A systematic review and meta-analysis of eight randomized trials (N = 10,751 patients) found a high probability that remdesivir reduces mortality for nonventilated patients with COVID-19 requiring supplemental oxygen therapy [13]. In a comparison of patients receiving remdesivir to untreated controls, the risk ratio (RR) for mortality was 0.77 (95% CI 0.50–1.19) in patients not requiring supplemental oxygen, 0.89 (95% CI 0.79–0.99) in nonventilated patients requiring supplemental oxygen, and 1.08 (95% CI 0.88–1.31) in patients requiring mechanical ventilation. As part of Solidarity’s final analysis and consistent with the study’s main findings, a meta-analysis including all major randomized trials to date also showed a mortality benefit with remdesivir versus control in nonventilated patients receiving supplemental oxygen (rate ratio, 0.85; 95% CI 0.75–0.96).

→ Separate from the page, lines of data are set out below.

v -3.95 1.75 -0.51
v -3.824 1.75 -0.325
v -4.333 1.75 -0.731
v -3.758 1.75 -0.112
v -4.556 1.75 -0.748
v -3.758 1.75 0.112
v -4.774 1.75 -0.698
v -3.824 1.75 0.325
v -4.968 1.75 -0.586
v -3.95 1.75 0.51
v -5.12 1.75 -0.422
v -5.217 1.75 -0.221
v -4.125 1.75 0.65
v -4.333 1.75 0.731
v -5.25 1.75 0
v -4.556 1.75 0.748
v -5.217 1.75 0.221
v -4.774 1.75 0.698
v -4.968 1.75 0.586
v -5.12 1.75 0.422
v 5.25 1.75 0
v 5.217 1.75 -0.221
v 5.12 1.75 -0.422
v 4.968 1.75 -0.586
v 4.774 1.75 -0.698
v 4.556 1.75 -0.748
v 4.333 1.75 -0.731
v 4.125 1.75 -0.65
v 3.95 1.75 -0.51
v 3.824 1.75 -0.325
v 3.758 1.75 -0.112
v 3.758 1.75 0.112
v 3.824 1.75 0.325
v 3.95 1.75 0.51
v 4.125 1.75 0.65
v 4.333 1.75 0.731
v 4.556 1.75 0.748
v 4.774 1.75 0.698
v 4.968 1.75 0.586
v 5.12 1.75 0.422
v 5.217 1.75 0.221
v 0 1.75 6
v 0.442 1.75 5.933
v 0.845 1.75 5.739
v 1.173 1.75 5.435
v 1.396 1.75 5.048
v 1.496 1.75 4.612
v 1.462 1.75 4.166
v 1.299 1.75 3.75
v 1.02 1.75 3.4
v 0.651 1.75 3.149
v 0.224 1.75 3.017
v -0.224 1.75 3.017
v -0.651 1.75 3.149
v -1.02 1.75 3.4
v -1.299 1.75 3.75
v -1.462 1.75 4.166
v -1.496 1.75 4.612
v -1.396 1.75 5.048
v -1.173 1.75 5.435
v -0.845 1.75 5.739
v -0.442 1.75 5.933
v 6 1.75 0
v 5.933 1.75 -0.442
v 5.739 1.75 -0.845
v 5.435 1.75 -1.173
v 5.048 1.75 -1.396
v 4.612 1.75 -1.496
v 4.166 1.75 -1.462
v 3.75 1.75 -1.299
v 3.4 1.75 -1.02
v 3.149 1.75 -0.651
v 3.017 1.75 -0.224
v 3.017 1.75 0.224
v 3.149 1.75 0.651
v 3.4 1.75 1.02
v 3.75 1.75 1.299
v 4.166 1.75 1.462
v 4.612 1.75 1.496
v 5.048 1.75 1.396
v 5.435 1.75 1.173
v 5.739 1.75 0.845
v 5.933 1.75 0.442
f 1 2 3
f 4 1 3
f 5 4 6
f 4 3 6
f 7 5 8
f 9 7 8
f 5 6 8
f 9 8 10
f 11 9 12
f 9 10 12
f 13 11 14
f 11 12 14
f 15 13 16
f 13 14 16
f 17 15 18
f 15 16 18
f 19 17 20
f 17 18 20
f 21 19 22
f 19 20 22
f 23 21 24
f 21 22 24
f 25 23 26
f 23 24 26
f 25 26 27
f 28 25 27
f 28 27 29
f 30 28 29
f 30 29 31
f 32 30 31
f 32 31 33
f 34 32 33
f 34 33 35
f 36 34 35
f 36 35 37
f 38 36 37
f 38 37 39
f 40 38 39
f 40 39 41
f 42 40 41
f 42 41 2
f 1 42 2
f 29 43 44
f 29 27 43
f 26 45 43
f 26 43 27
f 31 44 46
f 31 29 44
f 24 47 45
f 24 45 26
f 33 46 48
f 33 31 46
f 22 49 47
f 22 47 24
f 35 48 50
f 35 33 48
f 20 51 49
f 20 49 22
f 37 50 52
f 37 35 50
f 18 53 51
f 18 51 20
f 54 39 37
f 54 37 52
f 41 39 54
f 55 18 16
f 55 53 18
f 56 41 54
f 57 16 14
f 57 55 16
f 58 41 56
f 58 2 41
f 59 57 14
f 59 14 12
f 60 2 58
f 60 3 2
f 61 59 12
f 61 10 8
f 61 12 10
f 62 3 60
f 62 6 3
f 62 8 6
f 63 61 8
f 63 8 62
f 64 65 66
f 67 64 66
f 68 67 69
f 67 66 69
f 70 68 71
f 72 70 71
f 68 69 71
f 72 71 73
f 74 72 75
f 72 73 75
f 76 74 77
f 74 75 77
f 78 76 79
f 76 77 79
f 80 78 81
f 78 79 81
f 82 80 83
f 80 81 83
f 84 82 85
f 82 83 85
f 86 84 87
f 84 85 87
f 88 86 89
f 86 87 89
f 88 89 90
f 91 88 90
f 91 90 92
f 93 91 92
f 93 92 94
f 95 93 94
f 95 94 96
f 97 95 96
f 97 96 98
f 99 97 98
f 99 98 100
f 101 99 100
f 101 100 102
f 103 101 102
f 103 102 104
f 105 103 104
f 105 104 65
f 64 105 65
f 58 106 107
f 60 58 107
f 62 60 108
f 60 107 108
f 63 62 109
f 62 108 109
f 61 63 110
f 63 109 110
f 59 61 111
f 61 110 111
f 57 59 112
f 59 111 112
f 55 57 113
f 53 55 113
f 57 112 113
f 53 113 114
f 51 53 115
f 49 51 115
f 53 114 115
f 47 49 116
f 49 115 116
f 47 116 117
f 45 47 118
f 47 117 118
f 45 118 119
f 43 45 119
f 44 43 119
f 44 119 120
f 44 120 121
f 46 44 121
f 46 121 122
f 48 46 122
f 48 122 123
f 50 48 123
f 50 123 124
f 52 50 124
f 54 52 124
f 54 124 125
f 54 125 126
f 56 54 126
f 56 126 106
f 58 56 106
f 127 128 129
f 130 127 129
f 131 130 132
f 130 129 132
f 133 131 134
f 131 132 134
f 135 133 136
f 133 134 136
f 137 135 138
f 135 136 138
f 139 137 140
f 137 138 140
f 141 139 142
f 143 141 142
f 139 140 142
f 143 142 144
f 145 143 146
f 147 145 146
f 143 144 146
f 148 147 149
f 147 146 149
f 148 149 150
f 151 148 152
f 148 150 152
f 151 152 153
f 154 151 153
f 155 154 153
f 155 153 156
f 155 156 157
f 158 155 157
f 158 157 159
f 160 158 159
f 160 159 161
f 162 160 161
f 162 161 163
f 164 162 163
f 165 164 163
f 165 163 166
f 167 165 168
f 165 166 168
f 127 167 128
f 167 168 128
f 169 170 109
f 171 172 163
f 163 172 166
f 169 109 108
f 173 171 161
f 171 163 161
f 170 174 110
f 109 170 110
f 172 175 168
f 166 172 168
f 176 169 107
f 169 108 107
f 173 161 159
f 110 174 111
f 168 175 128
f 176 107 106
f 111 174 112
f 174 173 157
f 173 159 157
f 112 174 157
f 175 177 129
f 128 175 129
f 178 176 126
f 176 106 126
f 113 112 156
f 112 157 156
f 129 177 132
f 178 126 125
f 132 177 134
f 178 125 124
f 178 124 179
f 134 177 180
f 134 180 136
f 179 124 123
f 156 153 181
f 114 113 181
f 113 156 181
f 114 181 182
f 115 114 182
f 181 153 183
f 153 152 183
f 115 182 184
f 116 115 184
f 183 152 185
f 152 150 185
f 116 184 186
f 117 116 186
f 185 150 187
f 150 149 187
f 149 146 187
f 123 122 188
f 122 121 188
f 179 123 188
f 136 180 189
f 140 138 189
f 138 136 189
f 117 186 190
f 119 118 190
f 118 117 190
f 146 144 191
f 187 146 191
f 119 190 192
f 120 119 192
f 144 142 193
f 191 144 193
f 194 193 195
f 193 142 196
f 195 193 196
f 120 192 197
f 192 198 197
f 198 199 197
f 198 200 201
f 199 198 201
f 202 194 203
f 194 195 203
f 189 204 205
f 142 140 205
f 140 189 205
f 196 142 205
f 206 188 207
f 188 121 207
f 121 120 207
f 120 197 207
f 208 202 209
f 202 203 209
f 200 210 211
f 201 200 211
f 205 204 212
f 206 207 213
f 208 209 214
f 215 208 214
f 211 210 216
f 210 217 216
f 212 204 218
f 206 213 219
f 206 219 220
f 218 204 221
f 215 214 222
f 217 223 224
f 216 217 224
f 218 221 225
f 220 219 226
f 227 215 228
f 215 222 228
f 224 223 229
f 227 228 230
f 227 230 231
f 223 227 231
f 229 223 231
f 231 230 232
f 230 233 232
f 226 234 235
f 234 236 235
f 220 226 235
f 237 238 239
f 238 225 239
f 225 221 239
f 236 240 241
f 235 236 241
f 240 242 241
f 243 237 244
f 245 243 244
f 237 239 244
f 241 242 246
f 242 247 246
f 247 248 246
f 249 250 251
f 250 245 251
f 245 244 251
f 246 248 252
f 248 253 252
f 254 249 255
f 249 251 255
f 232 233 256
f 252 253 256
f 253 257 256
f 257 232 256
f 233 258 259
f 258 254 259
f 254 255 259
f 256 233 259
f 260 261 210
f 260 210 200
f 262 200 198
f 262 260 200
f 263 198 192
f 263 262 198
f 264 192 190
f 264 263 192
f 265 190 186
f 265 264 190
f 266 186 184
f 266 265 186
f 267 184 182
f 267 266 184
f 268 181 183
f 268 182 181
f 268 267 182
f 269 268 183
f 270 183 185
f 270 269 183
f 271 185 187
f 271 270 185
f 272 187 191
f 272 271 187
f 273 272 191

A 2023 meta-analysis using individual patient data (allowing standardized outcome and subgroup definitions) and including 99% of all patients in randomized clinical trials involving remdesivir worldwide found that remdesivir significantly reduced mortality in patients hospitalized with COVID-19 with or without supplemental oxygen (adjusted OR [aOR], 0.80; 95% CI 0.70–0.93) and reduced progression to mechanical ventilation (aOR 0.63; 95% CI 0.48–0.83) [46]. Although the findings for patients requiring mechanical ventilation at baseline were inconclusive, the study recommended individualizing treatment approaches to remdesivir use in this population.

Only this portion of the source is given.